Built-In Observability for Every LLM Request
Most LLM observability problems start with a gap in coverage: traces exist for some services, some providers, or some code paths, but not every request that leaves the application. When a team runs three or more LLM providers, instruments them with different SDKs, and ships changes weekly, the result is partial visibility into spend, latency, and failures. Bifrost, the open-source LLM gateway built in Go by Maxim AI, captures structured observability for every request that passes through it, with no per-service instrumentation and no impact on request latency. This post covers how the LLM gateway approach makes observability the default rather than a follow-up project, and how to wire Bifrost into existing monitoring stacks.
What Is Built-In LLM Observability
Built-in LLM observability is request-level tracing, metrics, and logging that the LLM gateway captures automatically for every model call, without requiring changes to application code. Instead of instrumenting each service that talks to a provider, teams route traffic through a single control point that records inputs, outputs, tokens, cost, and latency for every request and exports that data to existing tools.

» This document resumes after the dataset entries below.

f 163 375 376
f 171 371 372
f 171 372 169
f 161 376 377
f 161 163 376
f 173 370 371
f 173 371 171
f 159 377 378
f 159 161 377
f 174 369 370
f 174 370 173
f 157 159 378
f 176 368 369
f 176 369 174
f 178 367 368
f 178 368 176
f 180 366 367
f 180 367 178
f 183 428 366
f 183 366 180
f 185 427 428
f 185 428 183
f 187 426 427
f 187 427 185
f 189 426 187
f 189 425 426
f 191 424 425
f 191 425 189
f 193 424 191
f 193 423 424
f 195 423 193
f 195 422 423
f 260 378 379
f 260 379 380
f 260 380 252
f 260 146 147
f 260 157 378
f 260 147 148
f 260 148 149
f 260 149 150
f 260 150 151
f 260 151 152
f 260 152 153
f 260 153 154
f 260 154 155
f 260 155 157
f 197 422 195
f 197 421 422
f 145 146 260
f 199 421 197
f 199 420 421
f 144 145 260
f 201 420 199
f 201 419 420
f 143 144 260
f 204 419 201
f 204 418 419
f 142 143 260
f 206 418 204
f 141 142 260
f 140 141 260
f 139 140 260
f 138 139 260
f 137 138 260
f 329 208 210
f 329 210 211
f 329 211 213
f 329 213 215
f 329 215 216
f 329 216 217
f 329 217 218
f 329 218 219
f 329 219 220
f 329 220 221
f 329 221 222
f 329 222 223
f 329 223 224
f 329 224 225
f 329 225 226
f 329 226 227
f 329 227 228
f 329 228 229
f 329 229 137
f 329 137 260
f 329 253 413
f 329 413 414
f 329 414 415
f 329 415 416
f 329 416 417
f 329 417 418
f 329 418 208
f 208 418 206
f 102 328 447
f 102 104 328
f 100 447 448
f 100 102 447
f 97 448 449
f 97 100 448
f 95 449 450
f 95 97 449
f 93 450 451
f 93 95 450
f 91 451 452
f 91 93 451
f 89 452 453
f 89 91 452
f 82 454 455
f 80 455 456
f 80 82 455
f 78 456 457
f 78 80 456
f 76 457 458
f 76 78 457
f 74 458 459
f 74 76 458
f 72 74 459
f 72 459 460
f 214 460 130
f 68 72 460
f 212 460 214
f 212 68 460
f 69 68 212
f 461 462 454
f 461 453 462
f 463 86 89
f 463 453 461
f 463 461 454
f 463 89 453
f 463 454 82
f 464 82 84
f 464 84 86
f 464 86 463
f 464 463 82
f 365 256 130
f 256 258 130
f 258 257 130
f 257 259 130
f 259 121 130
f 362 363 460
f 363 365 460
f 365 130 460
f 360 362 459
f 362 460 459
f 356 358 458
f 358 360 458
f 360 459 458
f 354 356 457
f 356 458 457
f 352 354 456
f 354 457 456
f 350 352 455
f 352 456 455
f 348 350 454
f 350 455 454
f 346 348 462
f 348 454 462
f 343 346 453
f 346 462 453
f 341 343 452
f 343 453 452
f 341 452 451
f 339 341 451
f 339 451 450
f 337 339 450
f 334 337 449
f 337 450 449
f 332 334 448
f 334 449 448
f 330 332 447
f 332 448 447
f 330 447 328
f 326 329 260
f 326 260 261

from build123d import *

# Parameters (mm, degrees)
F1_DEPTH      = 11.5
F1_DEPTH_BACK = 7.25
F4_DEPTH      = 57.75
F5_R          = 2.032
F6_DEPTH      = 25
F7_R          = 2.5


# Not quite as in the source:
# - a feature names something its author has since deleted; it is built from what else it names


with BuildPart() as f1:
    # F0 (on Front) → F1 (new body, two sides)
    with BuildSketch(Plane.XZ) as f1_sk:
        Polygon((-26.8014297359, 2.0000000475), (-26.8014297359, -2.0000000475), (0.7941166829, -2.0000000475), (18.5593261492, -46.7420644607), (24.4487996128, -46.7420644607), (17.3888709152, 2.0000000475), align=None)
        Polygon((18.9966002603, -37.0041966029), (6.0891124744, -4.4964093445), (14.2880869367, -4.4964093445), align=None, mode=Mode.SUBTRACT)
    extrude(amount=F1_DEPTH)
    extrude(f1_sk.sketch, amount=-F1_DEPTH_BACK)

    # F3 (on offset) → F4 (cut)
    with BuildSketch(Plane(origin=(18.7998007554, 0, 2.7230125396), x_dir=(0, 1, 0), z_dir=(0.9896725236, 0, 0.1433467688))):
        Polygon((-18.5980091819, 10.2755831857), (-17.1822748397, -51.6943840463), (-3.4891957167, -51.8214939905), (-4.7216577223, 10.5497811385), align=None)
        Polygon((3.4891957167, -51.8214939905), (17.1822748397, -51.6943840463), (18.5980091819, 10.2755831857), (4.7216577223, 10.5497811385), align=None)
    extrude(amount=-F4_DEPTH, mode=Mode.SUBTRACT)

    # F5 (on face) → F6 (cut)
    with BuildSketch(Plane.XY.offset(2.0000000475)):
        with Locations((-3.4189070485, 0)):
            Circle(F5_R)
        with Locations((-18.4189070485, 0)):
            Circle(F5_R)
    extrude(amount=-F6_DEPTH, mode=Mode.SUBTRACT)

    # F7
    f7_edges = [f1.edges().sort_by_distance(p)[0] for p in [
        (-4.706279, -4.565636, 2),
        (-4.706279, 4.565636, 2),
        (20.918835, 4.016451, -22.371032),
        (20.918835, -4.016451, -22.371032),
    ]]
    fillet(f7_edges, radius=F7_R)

LLM observability differs from traditional application monitoring in what it has to record. A single request carries a prompt, model parameters, a provider and model selection, token counts on both sides, a USD cost, and a latency profile that includes time to first token for streaming responses. Capturing this consistently across providers is the core challenge, and it is the reason gateway-level capture is more reliable than scattered per-service instrumentation.
The shift toward a shared standard is underway across the industry. The OpenTelemetry GenAI semantic conventions define a consistent vocabulary for LLM spans, including request model, input and output token usage, and finish reasons, so traces are comparable across frameworks and vendors. Bifrost emits traces in this format, which means observability data from the gateway lands in your backend already aligned with the standard.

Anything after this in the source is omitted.